%%

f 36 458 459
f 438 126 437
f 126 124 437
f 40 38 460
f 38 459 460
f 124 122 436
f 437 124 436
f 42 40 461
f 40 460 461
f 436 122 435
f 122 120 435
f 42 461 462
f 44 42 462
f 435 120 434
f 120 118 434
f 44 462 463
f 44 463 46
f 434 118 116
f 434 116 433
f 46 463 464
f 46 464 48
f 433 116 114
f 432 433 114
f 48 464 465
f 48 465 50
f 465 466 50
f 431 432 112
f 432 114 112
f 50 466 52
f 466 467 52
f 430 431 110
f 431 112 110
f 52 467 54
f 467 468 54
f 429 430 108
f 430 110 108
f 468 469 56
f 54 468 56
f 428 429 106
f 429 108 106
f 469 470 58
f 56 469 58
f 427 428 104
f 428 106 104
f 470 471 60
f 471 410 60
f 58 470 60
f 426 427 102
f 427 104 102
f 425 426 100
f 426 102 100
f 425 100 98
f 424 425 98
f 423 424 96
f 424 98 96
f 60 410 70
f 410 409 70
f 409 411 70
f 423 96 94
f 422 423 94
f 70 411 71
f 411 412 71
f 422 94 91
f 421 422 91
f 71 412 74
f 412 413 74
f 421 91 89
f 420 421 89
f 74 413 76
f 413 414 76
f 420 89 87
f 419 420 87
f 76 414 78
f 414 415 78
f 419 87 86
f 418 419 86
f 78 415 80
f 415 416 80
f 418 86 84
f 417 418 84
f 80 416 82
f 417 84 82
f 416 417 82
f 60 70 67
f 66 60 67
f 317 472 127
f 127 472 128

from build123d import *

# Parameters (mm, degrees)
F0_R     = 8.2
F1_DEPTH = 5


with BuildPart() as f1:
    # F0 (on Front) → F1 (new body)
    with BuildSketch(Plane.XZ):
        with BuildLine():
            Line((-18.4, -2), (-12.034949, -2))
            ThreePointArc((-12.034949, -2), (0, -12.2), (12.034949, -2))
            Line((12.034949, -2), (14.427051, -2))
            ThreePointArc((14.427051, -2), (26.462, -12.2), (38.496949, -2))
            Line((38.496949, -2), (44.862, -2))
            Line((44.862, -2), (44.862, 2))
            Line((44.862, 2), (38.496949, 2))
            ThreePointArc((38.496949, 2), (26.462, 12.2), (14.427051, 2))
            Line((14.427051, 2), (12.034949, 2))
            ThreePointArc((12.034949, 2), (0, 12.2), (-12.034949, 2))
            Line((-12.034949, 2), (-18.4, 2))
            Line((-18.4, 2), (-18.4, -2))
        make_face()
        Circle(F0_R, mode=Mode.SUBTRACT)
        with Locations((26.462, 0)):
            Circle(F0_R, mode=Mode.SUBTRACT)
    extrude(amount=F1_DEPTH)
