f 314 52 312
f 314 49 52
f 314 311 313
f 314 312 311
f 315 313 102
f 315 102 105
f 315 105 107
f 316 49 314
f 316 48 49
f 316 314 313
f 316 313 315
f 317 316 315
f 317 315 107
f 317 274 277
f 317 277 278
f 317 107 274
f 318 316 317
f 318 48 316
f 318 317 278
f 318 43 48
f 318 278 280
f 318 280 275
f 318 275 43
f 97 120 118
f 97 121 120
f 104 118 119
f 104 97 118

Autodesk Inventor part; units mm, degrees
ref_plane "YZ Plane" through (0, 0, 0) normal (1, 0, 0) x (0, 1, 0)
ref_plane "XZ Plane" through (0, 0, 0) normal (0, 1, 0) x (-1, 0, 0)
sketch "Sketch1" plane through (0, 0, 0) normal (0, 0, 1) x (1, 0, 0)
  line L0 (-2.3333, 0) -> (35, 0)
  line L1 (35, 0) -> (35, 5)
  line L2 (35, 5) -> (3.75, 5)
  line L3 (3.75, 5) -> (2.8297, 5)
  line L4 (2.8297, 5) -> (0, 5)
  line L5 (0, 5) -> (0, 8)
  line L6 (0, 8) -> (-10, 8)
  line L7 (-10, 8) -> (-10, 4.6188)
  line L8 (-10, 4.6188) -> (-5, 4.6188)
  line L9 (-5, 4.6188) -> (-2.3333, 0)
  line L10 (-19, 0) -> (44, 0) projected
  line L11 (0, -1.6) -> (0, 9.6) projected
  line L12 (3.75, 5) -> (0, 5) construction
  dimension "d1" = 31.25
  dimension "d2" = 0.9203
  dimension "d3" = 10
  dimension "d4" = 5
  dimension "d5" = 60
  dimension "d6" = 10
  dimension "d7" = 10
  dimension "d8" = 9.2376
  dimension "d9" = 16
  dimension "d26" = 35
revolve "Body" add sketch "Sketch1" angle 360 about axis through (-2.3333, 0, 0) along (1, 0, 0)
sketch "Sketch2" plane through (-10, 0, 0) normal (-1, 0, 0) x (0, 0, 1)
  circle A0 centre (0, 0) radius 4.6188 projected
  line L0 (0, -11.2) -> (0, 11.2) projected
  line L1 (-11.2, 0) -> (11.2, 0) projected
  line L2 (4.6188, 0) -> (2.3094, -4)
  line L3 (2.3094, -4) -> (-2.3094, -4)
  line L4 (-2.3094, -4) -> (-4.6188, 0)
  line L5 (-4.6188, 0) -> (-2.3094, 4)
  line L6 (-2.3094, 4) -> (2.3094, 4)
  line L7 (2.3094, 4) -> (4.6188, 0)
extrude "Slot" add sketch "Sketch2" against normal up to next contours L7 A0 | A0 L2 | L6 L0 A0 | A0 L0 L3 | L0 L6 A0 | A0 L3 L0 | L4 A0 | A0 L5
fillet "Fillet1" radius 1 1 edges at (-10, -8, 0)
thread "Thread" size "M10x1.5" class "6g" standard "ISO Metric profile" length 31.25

%%

__The task__. Above are the entries. Output exactly the lines beginning with the line that has "f 421 422 91" and ending with the line that has "f 317 472 127".

__Response to the task__.
f 421 422 91
f 71 412 74
f 412 413 74
f 421 91 89
f 420 421 89
f 74 413 76
f 413 414 76
f 420 89 87
f 419 420 87
f 76 414 78
f 414 415 78
f 419 87 86
f 418 419 86
f 78 415 80
f 415 416 80
f 418 86 84
f 417 418 84
f 80 416 82
f 417 84 82
f 416 417 82
f 60 70 67
f 66 60 67
f 317 472 127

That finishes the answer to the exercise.